ASSIGNMENT: Please repeat, from the entries that follow, the lines from the one containing "f 531 603 601" through the one containing "f 617 376 377" exactly, adding nothing.

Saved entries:
* * *

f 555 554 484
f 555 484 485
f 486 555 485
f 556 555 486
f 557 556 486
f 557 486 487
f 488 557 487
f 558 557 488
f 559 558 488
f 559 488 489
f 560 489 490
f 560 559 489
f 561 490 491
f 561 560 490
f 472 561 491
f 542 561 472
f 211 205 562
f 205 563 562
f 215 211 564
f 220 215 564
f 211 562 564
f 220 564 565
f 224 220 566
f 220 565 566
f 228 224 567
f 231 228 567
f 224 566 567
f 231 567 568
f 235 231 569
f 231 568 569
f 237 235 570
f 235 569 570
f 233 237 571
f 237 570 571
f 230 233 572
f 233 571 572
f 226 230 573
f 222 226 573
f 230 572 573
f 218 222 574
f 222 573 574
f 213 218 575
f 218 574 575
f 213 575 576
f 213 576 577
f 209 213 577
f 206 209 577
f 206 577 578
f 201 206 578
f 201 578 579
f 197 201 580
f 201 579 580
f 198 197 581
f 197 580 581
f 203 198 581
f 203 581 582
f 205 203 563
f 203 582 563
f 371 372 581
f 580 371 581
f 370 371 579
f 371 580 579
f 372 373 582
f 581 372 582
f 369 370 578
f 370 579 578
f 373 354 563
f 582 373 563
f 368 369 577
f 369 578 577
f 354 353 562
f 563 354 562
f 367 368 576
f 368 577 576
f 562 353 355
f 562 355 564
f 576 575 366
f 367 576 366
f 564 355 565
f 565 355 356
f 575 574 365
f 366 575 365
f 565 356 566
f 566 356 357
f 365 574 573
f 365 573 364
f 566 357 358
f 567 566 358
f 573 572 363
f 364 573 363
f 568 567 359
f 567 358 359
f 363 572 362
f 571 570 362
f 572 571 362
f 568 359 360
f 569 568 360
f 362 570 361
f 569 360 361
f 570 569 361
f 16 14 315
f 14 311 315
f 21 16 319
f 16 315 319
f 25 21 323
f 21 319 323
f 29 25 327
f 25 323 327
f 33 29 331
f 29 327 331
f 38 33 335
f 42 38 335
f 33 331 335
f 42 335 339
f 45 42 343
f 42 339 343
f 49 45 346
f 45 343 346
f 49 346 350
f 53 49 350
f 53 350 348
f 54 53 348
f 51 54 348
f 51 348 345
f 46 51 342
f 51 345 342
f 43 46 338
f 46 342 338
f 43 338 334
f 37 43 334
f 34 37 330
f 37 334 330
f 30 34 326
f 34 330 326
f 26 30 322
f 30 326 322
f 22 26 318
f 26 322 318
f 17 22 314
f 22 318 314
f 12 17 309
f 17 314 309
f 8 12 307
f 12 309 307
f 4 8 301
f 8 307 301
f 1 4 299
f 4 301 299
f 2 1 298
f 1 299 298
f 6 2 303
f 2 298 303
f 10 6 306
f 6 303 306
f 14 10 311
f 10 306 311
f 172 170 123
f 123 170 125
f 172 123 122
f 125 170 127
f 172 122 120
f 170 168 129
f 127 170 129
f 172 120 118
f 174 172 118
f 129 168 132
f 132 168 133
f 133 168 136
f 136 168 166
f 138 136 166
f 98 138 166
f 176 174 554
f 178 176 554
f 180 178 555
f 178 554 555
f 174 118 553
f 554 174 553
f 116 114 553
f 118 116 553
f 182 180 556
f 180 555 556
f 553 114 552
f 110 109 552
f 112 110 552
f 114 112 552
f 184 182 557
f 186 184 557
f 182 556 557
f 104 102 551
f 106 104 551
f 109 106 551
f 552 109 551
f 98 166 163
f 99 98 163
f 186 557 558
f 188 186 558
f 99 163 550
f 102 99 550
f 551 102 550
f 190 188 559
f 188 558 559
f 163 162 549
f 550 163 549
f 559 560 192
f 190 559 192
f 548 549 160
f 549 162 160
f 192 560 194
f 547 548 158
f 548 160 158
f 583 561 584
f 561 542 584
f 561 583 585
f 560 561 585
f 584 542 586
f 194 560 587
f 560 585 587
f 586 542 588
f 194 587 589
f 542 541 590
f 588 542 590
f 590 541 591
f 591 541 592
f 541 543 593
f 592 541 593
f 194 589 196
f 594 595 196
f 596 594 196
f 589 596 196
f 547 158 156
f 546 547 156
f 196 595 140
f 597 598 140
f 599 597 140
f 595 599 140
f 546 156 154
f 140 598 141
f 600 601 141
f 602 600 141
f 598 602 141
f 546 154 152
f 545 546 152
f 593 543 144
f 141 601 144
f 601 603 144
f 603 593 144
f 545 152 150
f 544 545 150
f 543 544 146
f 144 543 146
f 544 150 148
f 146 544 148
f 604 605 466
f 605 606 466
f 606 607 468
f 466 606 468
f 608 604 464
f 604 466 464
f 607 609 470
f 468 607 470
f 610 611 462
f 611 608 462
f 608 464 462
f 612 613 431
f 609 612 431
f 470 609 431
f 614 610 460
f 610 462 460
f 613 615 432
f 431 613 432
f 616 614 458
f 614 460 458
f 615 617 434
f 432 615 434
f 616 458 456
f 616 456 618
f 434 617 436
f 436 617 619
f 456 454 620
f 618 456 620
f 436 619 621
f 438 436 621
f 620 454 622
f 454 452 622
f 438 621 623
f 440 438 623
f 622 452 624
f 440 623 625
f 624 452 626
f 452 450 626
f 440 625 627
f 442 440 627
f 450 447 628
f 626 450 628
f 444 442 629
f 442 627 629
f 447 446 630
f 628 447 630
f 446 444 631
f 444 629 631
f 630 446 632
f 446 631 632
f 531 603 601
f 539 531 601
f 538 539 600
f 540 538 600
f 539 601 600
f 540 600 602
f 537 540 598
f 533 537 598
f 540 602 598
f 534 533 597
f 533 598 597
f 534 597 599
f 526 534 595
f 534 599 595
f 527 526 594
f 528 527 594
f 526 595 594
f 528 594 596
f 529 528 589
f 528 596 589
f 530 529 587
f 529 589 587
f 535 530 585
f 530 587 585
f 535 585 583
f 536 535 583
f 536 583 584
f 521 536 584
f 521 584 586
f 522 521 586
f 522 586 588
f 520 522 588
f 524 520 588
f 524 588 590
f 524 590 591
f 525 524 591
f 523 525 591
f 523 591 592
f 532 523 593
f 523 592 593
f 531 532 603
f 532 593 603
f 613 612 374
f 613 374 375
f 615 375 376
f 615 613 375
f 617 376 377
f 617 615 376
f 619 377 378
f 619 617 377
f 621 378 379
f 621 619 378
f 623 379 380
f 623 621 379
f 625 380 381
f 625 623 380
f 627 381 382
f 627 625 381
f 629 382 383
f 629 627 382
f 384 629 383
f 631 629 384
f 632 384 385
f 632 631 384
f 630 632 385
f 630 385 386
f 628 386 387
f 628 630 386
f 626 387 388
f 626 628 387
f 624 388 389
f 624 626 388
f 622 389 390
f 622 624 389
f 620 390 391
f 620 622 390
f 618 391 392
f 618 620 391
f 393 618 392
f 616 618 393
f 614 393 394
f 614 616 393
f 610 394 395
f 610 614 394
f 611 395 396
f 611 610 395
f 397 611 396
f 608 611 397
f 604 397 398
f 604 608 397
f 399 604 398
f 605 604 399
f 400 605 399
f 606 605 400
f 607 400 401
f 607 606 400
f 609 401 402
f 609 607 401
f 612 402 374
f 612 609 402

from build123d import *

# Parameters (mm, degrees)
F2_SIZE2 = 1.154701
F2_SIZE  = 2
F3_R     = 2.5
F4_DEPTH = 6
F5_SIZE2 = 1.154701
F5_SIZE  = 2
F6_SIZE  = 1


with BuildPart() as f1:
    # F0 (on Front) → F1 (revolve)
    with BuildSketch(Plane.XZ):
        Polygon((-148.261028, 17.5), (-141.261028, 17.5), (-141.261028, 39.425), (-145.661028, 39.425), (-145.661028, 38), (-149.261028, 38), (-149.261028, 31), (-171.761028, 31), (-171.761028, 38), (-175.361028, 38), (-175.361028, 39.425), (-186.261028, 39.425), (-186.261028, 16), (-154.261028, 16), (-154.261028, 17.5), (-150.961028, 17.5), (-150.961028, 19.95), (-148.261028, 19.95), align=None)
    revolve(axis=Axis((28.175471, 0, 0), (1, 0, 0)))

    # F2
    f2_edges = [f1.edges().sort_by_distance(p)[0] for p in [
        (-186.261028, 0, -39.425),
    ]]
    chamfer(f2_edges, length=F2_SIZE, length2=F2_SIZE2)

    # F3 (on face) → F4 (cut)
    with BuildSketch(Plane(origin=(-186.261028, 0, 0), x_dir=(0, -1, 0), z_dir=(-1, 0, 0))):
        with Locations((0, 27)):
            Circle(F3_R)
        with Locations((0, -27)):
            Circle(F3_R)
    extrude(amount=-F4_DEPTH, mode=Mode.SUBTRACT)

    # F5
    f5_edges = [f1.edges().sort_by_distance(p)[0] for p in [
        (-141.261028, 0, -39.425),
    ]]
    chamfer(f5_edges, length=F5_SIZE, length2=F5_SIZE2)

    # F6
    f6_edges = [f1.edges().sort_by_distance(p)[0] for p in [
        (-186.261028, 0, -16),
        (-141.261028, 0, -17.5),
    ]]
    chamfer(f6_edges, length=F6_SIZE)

* * *

SOLUTION BELOW:
f 531 603 601
f 539 531 601
f 538 539 600
f 540 538 600
f 539 601 600
f 540 600 602
f 537 540 598
f 533 537 598
f 540 602 598
f 534 533 597
f 533 598 597
f 534 597 599
f 526 534 595
f 534 599 595
f 527 526 594
f 528 527 594
f 526 595 594
f 528 594 596
f 529 528 589
f 528 596 589
f 530 529 587
f 529 589 587
f 535 530 585
f 530 587 585
f 535 585 583
f 536 535 583
f 536 583 584
f 521 536 584
f 521 584 586
f 522 521 586
f 522 586 588
f 520 522 588
f 524 520 588
f 524 588 590
f 524 590 591
f 525 524 591
f 523 525 591
f 523 591 592
f 532 523 593
f 523 592 593
f 531 532 603
f 532 593 603
f 613 612 374
f 613 374 375
f 615 375 376
f 615 613 375
f 617 376 377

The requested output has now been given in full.